Right now there is a limited amount of nonfiction included in the corpus. This was a very tough decision, as there is a vast array of nonfiction colonial travel writing based in South Asia from this period. I've excluded that sort of writing for now, though I may include more of it as I continue to expand the corpus. 

However, I decided to include some nonfiction, mostly texts by literary authors who wrote occasional works of nonfiction (Dhan Gopal Mukerji's Caste and Outcaste is included, as is Tagore's My Reminiscences). I've also included a plain text file of Pandita Ramabai's The High-Caste Hindu Woman, mainly because it seems like an important text that might be useful for researchers in this field. Any queries specifically structured around the stylistics of fiction or the colonial novel might want to exclude these nonfiction texts. 

4. Derivation; grunt work

As with my other Corpus, I pulled together materials from different repositories to assemble this corpus. Here, the lion's share of material comes from Project Gutenberg and HathiTrust. (Derivation is indicated in my metadata file.) 

The Gutenberg materials were in good shape; they've generally been proofread and formatted cleanly.

The HathiTrust materials required much more work. One can extract HathiTrust texts by requesting plain text, but these OCR page scans need quite a bit of processing to make them clean enough to use. A lot of the grunt work of assembling this collection has entailed doing that processing. 

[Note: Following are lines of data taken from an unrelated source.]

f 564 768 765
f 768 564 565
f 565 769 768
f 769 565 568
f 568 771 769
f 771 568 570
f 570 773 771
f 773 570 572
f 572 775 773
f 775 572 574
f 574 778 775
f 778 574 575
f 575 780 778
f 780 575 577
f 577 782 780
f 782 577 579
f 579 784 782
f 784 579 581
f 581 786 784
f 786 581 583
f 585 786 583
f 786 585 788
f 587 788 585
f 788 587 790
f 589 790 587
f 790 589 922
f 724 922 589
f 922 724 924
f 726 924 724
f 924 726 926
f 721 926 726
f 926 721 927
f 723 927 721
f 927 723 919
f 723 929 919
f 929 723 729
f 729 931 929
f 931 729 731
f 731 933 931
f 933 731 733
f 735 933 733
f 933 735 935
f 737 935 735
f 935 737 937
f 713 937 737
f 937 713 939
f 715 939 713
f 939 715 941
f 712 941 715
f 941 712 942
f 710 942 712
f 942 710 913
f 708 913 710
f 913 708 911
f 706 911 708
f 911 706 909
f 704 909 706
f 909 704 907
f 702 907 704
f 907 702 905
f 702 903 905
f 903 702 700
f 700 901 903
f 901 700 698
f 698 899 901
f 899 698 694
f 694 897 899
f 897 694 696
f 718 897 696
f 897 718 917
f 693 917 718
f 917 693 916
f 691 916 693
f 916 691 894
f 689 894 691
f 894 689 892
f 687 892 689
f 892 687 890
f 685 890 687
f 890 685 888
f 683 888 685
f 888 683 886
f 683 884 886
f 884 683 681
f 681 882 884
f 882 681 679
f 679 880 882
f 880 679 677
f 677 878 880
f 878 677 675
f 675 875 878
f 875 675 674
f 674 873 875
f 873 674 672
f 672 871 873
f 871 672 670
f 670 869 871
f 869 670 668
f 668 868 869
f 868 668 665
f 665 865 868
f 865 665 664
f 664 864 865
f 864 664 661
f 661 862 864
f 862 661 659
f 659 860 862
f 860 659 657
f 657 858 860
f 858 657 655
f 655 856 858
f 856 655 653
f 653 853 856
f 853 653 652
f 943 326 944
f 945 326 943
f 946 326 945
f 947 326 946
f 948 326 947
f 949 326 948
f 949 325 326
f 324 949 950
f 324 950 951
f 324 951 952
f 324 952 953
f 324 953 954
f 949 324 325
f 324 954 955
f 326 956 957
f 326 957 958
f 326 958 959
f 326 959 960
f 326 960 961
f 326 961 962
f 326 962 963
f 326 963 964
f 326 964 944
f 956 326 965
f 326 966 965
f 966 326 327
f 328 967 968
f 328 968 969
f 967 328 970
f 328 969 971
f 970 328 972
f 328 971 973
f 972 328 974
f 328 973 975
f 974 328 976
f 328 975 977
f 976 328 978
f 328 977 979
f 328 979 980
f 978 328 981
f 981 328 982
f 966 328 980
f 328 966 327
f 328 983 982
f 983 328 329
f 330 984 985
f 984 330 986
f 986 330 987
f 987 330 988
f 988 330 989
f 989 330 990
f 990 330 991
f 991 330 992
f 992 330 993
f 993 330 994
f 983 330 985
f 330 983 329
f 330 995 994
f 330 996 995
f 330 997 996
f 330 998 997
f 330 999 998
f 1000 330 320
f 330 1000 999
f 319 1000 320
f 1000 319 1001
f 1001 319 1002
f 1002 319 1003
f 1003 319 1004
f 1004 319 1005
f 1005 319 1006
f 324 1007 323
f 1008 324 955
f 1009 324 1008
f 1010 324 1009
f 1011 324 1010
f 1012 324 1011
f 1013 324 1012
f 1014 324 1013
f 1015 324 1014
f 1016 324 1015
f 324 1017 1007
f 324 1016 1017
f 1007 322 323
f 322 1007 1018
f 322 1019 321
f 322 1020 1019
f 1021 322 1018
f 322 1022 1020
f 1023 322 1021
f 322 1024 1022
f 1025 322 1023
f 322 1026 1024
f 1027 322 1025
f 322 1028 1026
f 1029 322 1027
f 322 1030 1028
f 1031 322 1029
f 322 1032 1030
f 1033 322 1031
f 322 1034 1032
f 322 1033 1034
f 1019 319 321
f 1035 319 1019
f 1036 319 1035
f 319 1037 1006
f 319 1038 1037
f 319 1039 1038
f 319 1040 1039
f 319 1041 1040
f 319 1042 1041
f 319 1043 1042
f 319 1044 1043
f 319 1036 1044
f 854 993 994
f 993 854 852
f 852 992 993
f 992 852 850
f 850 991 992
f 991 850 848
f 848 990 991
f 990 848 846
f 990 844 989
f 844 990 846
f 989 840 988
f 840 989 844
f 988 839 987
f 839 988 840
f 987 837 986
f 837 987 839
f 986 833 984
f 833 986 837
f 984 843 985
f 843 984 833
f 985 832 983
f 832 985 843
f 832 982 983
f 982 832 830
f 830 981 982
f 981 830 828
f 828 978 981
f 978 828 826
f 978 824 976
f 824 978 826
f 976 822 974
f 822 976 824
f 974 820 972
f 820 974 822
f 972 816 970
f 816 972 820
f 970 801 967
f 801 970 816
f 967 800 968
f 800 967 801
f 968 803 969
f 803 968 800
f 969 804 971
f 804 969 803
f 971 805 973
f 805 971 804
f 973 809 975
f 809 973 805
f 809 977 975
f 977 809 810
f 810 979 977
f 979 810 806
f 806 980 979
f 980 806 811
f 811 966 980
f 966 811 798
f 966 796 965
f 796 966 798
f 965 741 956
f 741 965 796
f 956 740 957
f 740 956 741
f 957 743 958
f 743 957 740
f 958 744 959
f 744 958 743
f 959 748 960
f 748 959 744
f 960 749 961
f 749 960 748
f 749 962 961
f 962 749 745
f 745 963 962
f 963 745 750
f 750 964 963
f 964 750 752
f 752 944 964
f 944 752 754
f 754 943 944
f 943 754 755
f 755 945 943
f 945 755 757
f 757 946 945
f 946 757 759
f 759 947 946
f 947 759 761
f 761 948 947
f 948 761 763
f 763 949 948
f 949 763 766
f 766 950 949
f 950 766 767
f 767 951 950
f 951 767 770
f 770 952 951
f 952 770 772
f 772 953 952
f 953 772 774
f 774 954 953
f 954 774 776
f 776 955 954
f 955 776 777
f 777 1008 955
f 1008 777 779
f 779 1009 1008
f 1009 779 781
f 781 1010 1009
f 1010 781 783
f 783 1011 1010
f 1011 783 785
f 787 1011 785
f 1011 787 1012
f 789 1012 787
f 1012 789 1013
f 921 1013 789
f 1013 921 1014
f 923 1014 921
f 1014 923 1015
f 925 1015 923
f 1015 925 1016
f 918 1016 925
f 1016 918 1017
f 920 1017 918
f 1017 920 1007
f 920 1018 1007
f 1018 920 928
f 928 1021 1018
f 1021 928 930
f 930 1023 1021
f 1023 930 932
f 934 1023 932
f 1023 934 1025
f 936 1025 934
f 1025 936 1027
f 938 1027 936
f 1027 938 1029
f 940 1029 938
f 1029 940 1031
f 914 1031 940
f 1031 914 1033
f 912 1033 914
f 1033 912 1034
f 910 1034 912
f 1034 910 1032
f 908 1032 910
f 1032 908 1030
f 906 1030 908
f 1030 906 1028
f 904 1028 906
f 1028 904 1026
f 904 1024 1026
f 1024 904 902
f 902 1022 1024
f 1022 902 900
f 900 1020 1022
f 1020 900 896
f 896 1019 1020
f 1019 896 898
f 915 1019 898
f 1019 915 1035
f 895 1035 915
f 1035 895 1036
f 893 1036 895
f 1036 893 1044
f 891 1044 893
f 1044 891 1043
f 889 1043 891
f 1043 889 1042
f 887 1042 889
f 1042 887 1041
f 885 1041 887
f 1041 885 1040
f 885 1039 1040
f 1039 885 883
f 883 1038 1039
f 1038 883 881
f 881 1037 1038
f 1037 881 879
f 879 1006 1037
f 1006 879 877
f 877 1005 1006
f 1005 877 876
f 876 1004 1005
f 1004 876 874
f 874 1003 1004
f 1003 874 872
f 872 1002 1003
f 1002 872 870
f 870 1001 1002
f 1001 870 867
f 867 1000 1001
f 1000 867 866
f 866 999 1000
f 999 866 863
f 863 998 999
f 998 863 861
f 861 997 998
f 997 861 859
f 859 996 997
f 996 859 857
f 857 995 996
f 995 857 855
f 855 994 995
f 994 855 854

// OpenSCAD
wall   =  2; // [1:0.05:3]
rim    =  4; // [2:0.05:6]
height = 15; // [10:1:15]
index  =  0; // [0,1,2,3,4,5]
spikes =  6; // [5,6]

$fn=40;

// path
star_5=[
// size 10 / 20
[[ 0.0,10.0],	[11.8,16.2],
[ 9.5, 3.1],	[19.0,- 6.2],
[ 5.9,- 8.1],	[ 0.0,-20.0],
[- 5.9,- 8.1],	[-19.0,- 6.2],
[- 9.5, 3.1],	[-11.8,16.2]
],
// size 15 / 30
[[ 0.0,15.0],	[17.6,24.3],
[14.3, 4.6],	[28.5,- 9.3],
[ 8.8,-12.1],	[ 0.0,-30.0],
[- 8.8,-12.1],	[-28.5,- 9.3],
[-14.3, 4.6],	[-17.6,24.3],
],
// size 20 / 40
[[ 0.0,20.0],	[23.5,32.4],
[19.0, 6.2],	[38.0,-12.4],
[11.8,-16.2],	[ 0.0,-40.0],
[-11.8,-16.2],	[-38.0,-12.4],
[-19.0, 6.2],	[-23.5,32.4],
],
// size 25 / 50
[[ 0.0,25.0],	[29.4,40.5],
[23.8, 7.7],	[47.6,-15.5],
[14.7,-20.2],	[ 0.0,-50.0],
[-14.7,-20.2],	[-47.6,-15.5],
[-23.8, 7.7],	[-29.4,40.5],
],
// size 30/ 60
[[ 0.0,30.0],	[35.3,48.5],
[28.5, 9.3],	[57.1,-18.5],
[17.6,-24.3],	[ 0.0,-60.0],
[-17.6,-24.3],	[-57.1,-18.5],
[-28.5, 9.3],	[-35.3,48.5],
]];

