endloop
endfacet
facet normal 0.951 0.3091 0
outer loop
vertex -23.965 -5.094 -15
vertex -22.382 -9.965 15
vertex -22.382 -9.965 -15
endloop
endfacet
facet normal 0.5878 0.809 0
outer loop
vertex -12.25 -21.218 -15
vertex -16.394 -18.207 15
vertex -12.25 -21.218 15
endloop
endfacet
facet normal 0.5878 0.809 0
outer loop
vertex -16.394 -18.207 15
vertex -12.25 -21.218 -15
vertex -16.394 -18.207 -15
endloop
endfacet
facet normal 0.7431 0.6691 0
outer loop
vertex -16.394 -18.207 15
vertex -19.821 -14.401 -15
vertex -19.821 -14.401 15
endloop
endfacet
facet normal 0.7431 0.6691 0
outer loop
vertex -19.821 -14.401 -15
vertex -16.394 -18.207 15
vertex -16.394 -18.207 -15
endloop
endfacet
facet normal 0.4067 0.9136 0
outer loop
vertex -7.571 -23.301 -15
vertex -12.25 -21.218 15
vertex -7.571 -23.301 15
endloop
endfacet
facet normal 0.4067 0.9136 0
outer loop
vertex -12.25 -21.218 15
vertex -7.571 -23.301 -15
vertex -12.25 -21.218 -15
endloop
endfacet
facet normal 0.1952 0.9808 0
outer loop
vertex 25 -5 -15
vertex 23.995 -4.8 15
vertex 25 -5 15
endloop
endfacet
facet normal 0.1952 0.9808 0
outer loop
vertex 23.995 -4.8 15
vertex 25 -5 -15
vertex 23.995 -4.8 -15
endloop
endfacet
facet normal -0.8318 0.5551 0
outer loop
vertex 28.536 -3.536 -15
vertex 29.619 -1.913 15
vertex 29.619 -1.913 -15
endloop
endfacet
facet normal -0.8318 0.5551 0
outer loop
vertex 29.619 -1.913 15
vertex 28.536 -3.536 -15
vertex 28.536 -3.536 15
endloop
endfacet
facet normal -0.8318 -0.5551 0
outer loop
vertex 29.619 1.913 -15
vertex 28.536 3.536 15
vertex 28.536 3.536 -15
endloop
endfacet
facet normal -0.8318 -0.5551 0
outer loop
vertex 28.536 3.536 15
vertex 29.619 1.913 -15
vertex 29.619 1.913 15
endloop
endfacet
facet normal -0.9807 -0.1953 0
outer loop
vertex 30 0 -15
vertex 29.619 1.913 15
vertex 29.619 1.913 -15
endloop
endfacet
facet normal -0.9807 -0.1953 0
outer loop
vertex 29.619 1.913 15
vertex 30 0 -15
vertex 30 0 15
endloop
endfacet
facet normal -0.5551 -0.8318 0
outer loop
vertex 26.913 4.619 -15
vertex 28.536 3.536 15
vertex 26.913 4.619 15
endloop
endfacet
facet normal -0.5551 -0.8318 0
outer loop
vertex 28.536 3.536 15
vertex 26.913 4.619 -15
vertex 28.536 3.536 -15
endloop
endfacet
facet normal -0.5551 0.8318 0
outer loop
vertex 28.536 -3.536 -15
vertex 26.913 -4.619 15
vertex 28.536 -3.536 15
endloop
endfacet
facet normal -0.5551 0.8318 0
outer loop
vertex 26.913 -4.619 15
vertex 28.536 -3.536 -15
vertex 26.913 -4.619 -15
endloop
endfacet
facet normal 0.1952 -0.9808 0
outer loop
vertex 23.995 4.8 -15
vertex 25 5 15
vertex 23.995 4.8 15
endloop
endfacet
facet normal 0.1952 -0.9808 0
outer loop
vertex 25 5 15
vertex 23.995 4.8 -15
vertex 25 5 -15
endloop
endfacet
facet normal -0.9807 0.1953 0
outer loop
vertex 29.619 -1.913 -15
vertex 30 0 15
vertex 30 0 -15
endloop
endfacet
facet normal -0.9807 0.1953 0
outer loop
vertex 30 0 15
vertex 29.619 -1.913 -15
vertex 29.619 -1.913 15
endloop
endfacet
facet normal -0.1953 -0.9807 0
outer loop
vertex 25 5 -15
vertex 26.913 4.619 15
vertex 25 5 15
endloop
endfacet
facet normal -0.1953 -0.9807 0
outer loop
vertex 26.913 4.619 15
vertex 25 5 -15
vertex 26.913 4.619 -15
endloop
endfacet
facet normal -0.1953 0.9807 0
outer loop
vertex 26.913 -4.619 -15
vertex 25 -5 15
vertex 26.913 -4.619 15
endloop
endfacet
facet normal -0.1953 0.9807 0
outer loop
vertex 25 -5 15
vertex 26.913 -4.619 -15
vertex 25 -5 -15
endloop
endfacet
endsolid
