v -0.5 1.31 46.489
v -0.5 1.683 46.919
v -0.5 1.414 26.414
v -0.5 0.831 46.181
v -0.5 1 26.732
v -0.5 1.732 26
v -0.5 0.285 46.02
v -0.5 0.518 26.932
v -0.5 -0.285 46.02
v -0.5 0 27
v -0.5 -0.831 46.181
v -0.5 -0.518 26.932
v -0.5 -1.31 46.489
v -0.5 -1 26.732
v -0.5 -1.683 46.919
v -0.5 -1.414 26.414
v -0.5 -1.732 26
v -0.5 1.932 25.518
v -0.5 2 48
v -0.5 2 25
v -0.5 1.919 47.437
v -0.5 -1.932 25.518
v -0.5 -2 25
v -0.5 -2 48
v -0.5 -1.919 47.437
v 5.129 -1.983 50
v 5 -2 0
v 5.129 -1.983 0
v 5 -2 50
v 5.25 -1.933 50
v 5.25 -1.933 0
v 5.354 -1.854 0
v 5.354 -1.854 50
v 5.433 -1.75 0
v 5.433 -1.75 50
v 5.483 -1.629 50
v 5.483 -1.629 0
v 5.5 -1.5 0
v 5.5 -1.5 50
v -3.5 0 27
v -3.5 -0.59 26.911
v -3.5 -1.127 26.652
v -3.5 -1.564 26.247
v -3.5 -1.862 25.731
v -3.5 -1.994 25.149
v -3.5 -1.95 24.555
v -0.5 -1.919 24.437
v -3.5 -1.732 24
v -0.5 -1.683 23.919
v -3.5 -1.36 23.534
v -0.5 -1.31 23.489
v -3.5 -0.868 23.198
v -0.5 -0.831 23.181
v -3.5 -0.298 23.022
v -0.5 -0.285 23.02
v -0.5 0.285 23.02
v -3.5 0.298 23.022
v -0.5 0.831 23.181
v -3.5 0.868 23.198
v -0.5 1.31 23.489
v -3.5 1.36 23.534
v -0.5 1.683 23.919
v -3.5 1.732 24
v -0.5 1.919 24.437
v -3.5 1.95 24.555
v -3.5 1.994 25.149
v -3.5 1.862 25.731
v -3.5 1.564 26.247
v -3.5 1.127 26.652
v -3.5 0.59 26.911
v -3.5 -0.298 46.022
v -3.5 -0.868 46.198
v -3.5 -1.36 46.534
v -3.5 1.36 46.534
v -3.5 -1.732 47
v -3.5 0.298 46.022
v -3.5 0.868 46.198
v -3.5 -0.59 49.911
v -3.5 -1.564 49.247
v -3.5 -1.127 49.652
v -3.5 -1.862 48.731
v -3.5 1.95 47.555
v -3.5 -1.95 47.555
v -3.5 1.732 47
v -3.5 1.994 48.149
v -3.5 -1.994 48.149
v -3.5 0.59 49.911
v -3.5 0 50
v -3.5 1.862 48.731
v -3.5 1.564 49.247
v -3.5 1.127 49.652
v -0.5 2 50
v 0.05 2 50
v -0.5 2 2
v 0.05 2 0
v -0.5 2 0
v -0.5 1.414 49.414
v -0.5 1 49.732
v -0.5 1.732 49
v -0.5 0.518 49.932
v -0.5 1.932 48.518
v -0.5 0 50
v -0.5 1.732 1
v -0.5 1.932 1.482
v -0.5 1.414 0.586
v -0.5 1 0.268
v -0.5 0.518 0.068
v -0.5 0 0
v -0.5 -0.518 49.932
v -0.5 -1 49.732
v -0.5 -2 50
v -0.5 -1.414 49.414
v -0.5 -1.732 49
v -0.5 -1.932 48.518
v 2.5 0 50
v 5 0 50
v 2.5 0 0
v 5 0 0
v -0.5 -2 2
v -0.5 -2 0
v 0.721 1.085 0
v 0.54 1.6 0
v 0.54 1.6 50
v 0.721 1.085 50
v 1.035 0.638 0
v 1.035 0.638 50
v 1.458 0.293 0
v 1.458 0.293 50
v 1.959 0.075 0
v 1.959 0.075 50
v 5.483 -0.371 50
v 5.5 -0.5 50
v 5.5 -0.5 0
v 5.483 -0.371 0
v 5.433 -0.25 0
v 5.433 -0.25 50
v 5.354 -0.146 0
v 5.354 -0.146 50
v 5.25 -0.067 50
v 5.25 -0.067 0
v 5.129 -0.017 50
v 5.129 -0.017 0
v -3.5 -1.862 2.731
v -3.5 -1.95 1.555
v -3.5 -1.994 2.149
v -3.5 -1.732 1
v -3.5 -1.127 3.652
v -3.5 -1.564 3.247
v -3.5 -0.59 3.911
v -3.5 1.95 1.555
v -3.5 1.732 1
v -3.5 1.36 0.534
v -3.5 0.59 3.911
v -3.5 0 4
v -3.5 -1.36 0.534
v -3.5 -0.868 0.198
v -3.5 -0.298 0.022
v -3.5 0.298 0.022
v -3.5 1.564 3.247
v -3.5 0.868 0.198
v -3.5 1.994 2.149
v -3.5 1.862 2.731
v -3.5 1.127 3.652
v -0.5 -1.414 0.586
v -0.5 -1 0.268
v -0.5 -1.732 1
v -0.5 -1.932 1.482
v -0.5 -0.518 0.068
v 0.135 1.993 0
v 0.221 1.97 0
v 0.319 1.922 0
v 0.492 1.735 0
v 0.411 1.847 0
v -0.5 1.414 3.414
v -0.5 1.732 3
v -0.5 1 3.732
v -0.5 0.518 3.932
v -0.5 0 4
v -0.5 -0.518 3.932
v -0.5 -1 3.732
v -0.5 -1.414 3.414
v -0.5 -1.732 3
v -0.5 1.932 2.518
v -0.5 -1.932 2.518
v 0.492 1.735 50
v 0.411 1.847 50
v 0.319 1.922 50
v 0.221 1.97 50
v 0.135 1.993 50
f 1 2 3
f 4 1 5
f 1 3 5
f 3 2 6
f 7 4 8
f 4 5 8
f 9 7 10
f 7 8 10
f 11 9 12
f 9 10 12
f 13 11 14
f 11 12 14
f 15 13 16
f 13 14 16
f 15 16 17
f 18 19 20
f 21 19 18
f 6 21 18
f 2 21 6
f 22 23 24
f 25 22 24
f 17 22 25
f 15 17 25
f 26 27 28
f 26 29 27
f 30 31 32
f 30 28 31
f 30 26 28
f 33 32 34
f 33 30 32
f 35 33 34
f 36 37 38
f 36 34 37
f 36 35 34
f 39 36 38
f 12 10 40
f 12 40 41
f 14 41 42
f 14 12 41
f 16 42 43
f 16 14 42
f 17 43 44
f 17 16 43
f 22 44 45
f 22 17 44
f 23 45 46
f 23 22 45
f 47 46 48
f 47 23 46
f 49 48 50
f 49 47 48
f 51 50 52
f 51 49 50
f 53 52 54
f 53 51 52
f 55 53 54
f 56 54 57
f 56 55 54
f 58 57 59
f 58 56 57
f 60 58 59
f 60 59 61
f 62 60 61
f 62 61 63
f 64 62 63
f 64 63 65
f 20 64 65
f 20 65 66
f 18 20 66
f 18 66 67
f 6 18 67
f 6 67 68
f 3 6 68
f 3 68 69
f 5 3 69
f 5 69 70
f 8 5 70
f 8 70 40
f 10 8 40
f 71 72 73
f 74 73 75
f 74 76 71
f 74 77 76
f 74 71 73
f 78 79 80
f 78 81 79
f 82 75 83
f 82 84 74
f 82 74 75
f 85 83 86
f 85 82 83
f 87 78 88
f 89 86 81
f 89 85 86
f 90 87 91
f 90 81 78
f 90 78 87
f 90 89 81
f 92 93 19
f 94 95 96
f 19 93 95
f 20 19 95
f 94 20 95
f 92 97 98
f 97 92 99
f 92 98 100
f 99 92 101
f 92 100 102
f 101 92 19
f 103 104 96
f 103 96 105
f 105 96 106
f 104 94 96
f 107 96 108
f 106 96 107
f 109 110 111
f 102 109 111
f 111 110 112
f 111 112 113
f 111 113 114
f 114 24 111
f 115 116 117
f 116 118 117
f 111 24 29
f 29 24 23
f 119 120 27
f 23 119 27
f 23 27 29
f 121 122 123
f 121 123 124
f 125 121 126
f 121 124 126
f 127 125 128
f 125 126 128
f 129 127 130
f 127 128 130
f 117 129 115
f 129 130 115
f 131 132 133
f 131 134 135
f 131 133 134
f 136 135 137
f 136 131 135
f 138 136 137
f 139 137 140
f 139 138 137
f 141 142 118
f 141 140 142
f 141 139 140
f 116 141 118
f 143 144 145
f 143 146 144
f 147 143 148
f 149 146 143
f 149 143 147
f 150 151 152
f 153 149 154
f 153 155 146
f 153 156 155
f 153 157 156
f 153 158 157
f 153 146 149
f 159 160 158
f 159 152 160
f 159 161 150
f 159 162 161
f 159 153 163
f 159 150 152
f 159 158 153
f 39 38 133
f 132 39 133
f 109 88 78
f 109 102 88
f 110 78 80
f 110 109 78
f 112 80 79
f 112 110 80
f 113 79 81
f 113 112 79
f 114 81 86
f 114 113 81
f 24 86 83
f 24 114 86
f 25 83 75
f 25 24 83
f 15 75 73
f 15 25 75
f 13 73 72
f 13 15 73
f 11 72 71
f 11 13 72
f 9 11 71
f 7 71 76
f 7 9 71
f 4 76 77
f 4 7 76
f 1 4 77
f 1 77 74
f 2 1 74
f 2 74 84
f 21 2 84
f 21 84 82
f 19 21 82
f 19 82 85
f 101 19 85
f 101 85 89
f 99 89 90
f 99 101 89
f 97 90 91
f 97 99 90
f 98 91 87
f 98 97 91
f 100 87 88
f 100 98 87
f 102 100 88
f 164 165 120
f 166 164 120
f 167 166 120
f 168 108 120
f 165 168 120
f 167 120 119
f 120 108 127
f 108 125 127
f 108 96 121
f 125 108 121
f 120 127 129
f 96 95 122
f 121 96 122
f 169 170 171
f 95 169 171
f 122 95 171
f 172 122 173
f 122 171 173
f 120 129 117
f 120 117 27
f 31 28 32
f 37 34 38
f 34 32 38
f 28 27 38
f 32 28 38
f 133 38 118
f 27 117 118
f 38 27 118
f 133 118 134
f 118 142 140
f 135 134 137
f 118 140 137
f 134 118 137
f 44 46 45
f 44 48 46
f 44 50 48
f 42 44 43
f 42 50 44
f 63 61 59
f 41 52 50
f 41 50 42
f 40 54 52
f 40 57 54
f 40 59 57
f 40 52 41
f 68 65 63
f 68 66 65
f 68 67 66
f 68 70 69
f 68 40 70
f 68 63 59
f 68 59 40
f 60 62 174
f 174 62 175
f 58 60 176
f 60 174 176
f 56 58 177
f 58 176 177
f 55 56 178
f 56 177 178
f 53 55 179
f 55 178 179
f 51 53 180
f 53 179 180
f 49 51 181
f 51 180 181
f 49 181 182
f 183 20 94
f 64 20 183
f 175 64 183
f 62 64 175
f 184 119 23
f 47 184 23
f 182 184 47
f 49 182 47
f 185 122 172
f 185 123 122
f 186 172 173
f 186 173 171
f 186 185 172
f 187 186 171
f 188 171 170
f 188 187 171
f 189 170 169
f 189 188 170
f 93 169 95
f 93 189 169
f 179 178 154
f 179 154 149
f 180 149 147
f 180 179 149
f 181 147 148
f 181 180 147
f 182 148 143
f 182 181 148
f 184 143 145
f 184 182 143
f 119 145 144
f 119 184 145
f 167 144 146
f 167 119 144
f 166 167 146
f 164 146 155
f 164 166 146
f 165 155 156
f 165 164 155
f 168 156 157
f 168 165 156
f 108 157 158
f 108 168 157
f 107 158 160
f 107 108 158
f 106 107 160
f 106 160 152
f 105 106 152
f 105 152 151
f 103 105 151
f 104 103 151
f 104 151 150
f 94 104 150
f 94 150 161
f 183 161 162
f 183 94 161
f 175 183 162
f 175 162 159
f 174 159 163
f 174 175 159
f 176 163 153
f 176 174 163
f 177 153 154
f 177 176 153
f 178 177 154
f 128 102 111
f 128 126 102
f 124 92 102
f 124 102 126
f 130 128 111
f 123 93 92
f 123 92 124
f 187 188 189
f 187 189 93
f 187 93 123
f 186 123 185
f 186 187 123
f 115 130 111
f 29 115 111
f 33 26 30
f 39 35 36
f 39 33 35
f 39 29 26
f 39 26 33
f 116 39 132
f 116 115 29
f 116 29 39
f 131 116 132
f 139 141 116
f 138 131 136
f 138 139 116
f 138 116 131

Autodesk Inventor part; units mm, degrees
ref_plane "YZ Plane" through (0, 0, 0) normal (1, 0, 0) x (0, 1, 0)
ref_plane "XZ Plane" through (0, 0, 0) normal (0, 1, 0) x (-1, 0, 0)
ref_plane "XY Plane" through (0, 0, 0) normal (0, 0, 1) x (1, 0, 0)
sketch "Sketch1" plane through (0, 0, 0) normal (0, 0, 1) x (1, 0, 0)
  line L0 (-0.5, -2) -> (0.5, -2)
  line L1 (0.5, 0) -> (0.5, 2)
  line L2 (0.5, 2) -> (-0.5, 2)
  line L3 (-0.5, 2) -> (-0.5, -2)
  line L4 (-0.5, -2) -> (0.5, 2) construction
  line L5 (0.5, -2) -> (-0.5, 2) construction
  line L6 (0.5, -2) -> (5.5, -2)
  line L7 (5.5, -2) -> (5.5, 0)
  line L8 (5.5, 0) -> (0.5, 0)
  point P0 (0, 0)
  dimension "d0" = 1
  dimension "d1" = 4
  dimension "d2" = 5
  dimension "d3" = 14.036
  dimension "d4" = 2
extrude "Extrusion1" add sketch "Sketch1" along normal blind 50
fillet "Fillet1" radius 2 1 edges at (0.5, 0, 25)
fillet "Fillet2" radius 0.5 4 edges at (0.5, 1.9995, 25) (0.5, 2, 25) (5.5, -2, 25) (5.5, 0, 25)
sketch "Sketch2" plane through (-0.5, -2, 0) normal (-1, 0, 0) x (0, 0, 1)
  line L0 (50, 2) -> (0, 2) projected
  circle A0 centre (2, 2) radius 2
  line L1 (0, 4) -> (50, 4) projected
  line L2 (50, 4) -> (50, 0) projected
  circle A1 centre (48, 2) radius 2
  circle A2 centre (25, 2) radius 2
  dimension "d9" = 2
  dimension "d11" = 4
  dimension "d12" = 2
  dimension "d13" = 0
  dimension "d14" = 4
  dimension "d15" = 0
  dimension "d16" = 23
extrude "Extrusion2" add sketch "Sketch2" along normal blind 3 contours A0 L0 | L0 A0 | A2 L0 | L0 A2 | A1 L0 | L0 A1
properties part number "19 bakjes legger"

Here is a list of works I've imported from HathiTrust page scans thus far: 

Arnold, W.D. Oakfield; Or, Fellowship in the East 1855
Bain, F.W. A Hindoo Love Story 1898
Candler, Edmund Abdication 1922
Candler, Edmund Siri Ram, Revolutionist 1911
Candler, Edmund Mantle of the East 1910
Candler, Edmund Year of Chivalry 1916
Chatterji, Bankim Chandra Anandamath: Dawn Over India 1882 (1941)
Chatterji, Bankim Chandra Krishnakanta's Will 1917
Croker, B.M.  Proper Pride 1882
Croker, B.M.  Diana Barrington: A Romance of Central India 1888
Croker, B.M.  A Rolling Stone 1911
Diver, Maud Lilamani: A Study in Possibilities 1911
Diver, Maud Unconquered 1917
Derozio, Henry Louis Vivian Poems of Henry Louis Vivian Derozio: A Forgotten Anglo-Indian Poet 1923 (1831)
Duncan, Sara Jeannette Burnt Offering 1910
Dutt, Michael Madhusudan Sermista; a drama in five acts 1859
Dyer, Helen S. Pandita Ramabai: The Story of Her Life 1900
Kipling, Rudyard and Wolcott Balestier The Naulahka: A Story of West and East 1892
Mukerji, Dhan Gopal Caste and Outcast 1923
Mukerji, Dhan Gopal Layla-Majnu: A Musical Play in Three Acts 1916
Mukerji, Dhan Gopal Rajani: Songs of the Night 1916
Ramabai, Pandita The High Caste Hindu Woman 1888
Satthianadhan, Krupabai Kamala: A Story of Hindu Life 1894
Sorabji, Cornelia Between the Twilights: Being Studies of Indian Women By one of Themselves 1908
Sorabji, Cornelia Indian Tales of the Great Ones Among Men, and Bird-People 1916
Sorabji, Cornelia Shubala-A Child Mother 1920
Sorabji, Cornelia Sun-Babies: Studies in the Child-Life of India 1904
Tagore, Rabindranath Gora 1924 (1901)

Some of the highlights in the table above are in bold. As far as I know, these are the first plain text versions of the above texts to be made available online. 

You may notice that a couple of these texts are dated post-1923. I believe the 1941 translation of Anandamath (Dawn Over India) has fallen out of copyright in the U.S.

I should add that while I've cleaned up these files, I haven't proofread them. That is going to be a long-term project -- for which I would welcome collaborators!